We received some worrying news early the next morning. She was listed as NPO, a designation given to someone who is about to have surgery so that they will not be given anything to eat or drink. When we asked about it the resident told us that she was scheduled for a heart ablation, a procedure where they insert a catheter into your heart and use radiation to kill part of it, forcing your heart to beat permanently slower.
She was eventually admitted. We fought to hold off on the ablation and the doctors agreed that that was a step too far at this point. She spent a total of 6 days on the cardiac floor for monitoring purposes. No one had any clue what was wrong with her. They were starting to see some of the symptoms though. She was retaining fluid like someone suffering from dehydration, although her labs were coming back that she was hydrated. There was no evidence of any virus having effected her recently. Without a beta blocker, her heart rate would jump to 140 upon standing and return to normal when she laid back down. Her blood pressure was dangerously low upon standing. She had no appetite.

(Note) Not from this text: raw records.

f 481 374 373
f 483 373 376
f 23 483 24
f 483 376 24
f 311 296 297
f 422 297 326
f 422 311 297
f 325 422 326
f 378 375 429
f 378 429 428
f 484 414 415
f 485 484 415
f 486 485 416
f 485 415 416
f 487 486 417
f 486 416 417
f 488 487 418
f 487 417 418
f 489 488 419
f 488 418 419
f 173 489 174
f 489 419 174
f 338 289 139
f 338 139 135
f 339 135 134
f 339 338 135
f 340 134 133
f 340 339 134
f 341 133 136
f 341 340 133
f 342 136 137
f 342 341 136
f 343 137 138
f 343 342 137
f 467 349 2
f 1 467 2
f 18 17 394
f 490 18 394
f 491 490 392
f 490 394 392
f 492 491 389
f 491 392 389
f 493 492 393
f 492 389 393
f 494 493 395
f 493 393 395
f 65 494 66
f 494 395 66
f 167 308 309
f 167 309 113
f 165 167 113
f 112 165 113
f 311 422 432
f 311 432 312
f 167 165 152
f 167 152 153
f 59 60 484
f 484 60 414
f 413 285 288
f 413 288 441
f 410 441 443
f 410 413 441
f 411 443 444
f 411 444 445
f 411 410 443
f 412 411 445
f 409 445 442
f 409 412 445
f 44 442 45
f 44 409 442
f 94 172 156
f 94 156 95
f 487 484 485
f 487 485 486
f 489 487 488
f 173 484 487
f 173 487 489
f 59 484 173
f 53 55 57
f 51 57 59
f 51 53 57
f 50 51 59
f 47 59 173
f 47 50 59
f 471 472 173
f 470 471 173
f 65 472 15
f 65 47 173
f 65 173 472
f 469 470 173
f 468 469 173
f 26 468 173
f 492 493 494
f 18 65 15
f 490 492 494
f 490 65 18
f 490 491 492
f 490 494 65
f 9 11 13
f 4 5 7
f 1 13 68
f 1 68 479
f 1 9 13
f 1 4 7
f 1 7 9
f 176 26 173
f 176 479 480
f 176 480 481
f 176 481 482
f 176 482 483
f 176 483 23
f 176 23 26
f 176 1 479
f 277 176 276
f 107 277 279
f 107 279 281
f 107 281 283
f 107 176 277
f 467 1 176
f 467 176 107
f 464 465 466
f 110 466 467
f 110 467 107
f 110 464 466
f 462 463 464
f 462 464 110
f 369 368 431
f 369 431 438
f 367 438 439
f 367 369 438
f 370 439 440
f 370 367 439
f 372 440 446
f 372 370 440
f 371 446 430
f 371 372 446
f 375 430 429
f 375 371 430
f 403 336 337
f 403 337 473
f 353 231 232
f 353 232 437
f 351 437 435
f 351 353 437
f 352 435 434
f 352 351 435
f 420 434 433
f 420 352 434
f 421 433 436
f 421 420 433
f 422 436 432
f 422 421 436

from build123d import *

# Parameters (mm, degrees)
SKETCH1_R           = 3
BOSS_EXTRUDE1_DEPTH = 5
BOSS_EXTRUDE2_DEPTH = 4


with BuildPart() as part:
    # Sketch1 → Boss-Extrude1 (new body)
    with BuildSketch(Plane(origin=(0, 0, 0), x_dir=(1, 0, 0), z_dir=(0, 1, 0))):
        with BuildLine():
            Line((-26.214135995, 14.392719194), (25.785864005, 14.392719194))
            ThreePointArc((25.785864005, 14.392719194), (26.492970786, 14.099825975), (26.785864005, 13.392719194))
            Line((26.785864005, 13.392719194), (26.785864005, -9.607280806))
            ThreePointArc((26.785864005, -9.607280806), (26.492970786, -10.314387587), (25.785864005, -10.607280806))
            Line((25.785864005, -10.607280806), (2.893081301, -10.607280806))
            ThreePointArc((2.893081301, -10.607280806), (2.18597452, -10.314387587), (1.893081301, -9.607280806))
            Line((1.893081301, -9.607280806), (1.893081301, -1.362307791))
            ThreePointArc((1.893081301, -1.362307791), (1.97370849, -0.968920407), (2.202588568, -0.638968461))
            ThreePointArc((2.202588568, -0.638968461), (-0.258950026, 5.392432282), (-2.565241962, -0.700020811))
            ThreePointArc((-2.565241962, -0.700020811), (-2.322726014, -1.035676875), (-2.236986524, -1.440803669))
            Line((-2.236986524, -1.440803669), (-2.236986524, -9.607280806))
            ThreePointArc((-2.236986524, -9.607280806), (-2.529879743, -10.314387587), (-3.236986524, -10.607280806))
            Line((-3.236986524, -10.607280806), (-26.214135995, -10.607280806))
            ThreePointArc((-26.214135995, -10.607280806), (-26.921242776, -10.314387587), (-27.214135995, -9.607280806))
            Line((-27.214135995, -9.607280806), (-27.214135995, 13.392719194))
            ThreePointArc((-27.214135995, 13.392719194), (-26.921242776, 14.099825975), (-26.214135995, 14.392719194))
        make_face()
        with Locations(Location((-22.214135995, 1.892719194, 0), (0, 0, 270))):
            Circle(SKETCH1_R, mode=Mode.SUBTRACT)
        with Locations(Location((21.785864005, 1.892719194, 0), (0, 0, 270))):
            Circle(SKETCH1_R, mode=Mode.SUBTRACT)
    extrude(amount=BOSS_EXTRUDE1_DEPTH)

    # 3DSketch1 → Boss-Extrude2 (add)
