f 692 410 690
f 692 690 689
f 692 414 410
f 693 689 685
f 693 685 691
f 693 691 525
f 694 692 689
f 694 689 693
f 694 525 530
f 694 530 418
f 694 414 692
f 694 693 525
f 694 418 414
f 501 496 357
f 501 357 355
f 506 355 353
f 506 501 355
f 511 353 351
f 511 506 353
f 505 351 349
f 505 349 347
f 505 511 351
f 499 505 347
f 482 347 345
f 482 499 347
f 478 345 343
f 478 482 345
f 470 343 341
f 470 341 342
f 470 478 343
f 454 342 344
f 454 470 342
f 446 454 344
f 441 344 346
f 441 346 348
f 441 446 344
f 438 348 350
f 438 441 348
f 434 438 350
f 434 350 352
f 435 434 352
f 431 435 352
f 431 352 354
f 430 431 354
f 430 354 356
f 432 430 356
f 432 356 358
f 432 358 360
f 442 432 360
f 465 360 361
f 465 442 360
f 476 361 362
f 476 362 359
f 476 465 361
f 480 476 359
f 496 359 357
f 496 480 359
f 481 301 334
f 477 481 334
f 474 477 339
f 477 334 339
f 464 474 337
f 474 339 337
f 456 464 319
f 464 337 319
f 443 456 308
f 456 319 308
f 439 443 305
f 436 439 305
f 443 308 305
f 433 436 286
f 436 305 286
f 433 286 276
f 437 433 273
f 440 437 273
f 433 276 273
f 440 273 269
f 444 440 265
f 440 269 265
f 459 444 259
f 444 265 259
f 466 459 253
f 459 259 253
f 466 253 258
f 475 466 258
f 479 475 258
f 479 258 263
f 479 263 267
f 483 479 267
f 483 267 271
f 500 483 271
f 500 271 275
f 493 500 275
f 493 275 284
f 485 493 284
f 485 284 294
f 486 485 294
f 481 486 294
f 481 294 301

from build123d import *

Quite a few specialists came by to see her. Cardiology, electrophysiology, endocrine, etcetera. As expected they all ran the tests that they knew how to run. Have you ever heard the saying, “when all you have is a hammer everything looks like a nail”? I’ve come to realize that many specialists tend to fall victim to that. Heavily. If you see a cardiologist, for example, they’ll examine your heart in detail without looking at anything else. They all assume that the last guy did a good job checking the other stuff. Needless to say, none of them were of any help.
Speaking of sayings, doctors have one as well. “When you hear hoofbeats, think horses, not zebras”.
This is part of their basic training. Work up the most basic possibilities and rule them out. 99 out of 100 problems are diagnosed this way. Sometimes, however, this brand of logic leads to misdiagnosis, or no diagnosis at all. Sometimes a patient is that 1 out of 100.
It was time to start looking for stripes.